→ AIM OF THE TASK
Write out the following listing's lines from the one with "#124=CIRCLE('',#123,300.);" to the one with "#134=LINE('',#13,#79);", exactly, with both included and no others.

→ RECORD SET
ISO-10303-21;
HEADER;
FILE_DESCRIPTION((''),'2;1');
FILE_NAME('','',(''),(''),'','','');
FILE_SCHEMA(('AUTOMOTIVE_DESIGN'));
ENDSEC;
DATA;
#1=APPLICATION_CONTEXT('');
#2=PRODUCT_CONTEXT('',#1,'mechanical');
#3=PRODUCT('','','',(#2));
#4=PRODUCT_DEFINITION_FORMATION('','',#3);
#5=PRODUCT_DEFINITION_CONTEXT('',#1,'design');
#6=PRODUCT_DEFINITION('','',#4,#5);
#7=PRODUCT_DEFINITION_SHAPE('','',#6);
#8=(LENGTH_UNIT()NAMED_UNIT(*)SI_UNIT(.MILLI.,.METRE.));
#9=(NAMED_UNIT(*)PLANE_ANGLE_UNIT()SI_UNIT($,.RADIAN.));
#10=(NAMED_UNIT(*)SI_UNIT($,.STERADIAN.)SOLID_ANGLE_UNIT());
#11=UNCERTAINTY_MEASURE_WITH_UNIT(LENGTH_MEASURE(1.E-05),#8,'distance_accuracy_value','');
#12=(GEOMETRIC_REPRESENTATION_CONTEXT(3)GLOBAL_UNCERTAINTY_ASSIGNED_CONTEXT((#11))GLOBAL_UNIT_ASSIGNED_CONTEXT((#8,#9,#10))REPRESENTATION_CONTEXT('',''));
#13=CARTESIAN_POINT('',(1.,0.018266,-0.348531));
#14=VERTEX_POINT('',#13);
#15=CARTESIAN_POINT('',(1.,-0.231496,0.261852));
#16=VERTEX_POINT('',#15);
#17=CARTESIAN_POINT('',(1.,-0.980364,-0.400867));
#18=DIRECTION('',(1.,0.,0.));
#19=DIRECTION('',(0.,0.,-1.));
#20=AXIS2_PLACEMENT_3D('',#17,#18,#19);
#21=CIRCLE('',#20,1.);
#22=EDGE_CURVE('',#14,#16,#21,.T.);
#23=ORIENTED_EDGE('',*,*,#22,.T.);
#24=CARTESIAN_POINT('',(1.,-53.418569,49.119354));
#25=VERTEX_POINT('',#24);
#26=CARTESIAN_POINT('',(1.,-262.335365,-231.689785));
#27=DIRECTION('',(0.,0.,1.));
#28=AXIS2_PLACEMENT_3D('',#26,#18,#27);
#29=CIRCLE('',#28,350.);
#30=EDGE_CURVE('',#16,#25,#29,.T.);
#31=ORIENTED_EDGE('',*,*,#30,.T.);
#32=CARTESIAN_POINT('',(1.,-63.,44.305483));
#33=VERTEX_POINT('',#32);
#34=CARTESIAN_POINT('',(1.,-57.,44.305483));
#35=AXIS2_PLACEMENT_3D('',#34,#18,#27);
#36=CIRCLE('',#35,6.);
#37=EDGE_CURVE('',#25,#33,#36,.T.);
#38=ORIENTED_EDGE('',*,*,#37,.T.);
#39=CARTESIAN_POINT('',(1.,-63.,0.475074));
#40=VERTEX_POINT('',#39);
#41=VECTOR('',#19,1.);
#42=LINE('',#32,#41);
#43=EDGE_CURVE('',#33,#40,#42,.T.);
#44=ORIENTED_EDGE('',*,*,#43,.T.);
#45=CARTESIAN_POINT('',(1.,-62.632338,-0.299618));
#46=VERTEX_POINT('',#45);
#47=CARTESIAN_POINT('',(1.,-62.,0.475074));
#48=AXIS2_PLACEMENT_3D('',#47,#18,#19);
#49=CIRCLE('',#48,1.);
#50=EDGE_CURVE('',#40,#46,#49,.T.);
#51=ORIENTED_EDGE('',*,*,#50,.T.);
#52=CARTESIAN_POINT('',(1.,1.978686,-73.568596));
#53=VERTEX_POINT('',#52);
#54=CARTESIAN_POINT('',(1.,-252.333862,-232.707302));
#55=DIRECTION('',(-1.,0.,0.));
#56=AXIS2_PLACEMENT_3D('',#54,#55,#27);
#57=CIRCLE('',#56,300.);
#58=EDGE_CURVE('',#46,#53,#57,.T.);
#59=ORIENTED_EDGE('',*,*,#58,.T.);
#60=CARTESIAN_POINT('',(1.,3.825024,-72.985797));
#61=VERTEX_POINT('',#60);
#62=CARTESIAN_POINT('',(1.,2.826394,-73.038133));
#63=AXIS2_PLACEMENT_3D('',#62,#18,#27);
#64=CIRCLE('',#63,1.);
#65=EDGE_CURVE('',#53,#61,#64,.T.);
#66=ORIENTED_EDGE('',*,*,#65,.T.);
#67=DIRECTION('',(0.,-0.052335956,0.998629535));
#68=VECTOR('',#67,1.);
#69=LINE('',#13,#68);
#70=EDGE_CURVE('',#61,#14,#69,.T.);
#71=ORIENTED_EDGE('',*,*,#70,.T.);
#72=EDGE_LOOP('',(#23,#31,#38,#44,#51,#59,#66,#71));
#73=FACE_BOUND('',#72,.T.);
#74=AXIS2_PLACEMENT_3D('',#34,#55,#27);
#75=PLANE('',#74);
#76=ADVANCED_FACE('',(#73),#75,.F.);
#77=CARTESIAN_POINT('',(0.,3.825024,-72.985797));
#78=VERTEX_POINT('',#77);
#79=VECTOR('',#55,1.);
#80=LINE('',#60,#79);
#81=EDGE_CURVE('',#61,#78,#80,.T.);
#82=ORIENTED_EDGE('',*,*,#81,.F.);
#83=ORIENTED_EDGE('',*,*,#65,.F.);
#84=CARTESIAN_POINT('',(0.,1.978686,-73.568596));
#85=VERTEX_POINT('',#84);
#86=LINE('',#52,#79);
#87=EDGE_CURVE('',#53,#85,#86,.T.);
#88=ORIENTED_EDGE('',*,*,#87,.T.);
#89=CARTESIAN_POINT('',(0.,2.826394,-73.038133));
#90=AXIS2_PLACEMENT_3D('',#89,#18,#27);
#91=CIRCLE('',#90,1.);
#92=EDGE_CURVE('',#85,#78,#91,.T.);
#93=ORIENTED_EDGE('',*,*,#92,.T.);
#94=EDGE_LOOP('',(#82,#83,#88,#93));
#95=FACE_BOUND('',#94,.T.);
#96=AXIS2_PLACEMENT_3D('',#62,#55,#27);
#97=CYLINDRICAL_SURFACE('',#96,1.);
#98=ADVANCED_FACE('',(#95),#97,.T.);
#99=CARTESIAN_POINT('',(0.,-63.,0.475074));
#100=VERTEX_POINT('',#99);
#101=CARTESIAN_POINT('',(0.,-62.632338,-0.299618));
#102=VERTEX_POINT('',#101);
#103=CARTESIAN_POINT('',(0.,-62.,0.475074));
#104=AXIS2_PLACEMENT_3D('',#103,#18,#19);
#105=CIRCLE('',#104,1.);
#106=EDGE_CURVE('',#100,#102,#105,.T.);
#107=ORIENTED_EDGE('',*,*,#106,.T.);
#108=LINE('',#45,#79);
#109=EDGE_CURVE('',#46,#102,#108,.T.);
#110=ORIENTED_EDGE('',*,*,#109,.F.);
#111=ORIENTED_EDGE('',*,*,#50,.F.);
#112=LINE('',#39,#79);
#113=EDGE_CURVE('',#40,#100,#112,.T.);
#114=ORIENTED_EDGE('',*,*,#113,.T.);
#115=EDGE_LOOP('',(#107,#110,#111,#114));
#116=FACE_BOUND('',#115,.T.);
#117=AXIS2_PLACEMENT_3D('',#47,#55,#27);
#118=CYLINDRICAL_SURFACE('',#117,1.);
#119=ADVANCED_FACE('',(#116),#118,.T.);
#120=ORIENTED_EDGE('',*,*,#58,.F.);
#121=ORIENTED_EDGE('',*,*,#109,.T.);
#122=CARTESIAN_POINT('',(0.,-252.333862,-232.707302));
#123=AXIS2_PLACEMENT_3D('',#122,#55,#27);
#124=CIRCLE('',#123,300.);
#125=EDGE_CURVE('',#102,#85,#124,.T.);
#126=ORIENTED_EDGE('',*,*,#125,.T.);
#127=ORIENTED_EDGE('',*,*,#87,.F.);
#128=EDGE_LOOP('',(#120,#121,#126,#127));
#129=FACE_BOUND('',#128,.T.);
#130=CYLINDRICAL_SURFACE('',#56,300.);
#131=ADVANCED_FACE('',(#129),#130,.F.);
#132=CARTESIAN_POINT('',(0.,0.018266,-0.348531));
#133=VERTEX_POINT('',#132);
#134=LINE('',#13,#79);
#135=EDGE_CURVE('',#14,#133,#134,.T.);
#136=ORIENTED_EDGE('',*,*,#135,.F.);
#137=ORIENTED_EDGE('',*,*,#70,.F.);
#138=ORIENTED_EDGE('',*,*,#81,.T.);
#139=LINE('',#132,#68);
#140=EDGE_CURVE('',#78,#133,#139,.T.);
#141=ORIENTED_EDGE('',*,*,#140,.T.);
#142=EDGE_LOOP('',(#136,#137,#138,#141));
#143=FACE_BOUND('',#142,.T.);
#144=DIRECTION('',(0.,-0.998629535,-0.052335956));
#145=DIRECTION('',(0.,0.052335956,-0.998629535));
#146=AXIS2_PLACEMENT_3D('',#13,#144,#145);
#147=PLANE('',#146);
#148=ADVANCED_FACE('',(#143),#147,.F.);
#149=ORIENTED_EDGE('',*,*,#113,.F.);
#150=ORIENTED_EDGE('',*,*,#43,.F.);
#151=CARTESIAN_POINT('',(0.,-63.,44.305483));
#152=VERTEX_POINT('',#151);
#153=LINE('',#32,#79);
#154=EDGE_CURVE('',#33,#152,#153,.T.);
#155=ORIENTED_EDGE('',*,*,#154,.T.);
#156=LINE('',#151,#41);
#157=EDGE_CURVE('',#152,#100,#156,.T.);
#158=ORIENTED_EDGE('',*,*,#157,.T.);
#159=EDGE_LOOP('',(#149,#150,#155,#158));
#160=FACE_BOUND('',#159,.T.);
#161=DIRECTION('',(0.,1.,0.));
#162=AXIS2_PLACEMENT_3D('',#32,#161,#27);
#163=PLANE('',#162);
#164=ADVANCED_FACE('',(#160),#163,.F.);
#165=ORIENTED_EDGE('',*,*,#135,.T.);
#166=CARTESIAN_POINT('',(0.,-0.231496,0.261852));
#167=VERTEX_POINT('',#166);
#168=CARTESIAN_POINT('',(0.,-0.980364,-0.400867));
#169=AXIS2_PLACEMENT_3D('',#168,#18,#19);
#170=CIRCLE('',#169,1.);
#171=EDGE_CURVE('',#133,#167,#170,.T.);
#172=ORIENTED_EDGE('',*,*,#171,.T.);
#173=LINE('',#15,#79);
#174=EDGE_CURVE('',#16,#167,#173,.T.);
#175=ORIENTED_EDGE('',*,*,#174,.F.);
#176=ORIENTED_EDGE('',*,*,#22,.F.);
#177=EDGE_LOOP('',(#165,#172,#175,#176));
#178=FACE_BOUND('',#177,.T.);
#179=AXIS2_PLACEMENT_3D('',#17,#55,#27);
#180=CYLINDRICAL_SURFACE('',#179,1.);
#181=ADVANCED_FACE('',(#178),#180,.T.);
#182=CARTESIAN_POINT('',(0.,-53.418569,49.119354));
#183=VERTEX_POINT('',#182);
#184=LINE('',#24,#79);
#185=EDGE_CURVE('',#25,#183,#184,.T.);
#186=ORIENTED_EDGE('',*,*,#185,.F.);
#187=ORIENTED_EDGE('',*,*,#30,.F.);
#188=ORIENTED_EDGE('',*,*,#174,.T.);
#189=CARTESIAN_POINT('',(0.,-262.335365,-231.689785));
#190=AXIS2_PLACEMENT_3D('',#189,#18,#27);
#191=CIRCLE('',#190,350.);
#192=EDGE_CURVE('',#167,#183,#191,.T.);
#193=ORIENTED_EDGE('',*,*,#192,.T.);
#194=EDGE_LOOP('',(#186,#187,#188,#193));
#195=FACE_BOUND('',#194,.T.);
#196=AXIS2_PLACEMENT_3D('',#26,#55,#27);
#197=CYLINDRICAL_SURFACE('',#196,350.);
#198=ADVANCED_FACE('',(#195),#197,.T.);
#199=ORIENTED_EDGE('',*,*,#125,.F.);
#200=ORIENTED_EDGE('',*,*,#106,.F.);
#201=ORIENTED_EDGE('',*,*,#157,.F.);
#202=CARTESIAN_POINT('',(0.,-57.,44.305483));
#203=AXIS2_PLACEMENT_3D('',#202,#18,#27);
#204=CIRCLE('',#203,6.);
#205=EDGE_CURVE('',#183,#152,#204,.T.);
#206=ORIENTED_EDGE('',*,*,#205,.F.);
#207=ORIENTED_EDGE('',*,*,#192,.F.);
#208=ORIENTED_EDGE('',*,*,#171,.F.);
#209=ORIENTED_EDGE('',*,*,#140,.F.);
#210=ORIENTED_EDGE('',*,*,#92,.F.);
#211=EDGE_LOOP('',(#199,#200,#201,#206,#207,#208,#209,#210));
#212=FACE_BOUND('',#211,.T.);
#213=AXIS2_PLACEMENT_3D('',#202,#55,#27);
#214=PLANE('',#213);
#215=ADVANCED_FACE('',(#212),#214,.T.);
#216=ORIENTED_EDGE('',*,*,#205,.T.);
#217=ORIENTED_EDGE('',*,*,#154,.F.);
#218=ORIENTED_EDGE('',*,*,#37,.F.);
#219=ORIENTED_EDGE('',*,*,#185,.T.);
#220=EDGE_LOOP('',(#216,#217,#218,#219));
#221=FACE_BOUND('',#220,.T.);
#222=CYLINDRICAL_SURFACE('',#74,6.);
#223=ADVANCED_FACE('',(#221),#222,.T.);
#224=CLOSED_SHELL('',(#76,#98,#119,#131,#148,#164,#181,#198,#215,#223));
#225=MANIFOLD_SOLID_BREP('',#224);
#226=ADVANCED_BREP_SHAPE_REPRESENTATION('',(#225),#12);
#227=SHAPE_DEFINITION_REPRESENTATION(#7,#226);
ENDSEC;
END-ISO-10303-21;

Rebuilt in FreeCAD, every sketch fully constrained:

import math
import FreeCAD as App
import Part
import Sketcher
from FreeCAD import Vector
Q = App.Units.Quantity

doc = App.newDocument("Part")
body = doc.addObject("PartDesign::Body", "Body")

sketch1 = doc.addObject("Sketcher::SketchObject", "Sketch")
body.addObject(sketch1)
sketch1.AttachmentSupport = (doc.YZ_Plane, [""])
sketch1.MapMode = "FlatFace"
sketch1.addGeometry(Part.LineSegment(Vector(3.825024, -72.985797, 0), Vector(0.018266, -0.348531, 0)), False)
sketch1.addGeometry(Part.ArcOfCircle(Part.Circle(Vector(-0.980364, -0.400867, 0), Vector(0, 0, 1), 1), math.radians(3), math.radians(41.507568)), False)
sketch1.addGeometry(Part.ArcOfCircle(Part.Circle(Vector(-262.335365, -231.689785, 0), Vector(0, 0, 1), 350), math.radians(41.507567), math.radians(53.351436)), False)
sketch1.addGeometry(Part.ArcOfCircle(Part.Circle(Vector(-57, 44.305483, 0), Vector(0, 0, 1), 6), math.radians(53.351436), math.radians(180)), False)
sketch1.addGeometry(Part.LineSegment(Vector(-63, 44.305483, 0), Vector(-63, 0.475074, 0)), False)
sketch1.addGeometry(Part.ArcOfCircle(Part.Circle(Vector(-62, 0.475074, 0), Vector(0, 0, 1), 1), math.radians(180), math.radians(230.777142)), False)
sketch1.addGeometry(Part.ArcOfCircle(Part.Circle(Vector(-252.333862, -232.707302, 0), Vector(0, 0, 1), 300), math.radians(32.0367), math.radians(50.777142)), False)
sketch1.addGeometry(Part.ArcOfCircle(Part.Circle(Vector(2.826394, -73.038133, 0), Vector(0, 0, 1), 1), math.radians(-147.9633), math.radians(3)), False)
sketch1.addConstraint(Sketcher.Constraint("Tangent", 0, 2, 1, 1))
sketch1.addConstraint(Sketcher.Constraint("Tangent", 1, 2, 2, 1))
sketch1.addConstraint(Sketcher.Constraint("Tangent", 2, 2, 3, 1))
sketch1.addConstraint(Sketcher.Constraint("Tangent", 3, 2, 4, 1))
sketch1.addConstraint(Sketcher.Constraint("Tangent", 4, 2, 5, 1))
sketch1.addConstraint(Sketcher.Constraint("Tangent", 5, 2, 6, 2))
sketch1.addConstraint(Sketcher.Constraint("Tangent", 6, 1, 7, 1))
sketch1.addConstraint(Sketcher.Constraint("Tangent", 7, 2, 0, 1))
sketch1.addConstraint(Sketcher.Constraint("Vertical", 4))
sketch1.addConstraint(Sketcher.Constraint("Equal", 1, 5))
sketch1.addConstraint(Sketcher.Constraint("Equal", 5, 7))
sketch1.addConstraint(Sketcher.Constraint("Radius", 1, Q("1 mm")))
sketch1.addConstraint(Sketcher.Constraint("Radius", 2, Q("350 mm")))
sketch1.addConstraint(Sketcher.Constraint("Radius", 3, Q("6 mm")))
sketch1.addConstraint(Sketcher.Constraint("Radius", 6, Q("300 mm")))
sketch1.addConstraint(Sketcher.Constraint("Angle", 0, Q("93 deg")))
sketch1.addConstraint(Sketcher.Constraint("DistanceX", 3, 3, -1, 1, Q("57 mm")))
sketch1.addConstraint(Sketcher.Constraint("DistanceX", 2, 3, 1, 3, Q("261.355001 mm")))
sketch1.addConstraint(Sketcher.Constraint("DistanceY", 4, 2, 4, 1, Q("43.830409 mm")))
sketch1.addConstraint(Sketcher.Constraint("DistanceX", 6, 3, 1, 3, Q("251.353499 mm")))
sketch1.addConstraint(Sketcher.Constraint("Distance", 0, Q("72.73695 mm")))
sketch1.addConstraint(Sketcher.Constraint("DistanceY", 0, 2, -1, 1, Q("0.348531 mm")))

→ EXPECTED ANSWER
#124=CIRCLE('',#123,300.);
#125=EDGE_CURVE('',#102,#85,#124,.T.);
#126=ORIENTED_EDGE('',*,*,#125,.T.);
#127=ORIENTED_EDGE('',*,*,#87,.F.);
#128=EDGE_LOOP('',(#120,#121,#126,#127));
#129=FACE_BOUND('',#128,.T.);
#130=CYLINDRICAL_SURFACE('',#56,300.);
#131=ADVANCED_FACE('',(#129),#130,.F.);
#132=CARTESIAN_POINT('',(0.,0.018266,-0.348531));
#133=VERTEX_POINT('',#132);
#134=LINE('',#13,#79);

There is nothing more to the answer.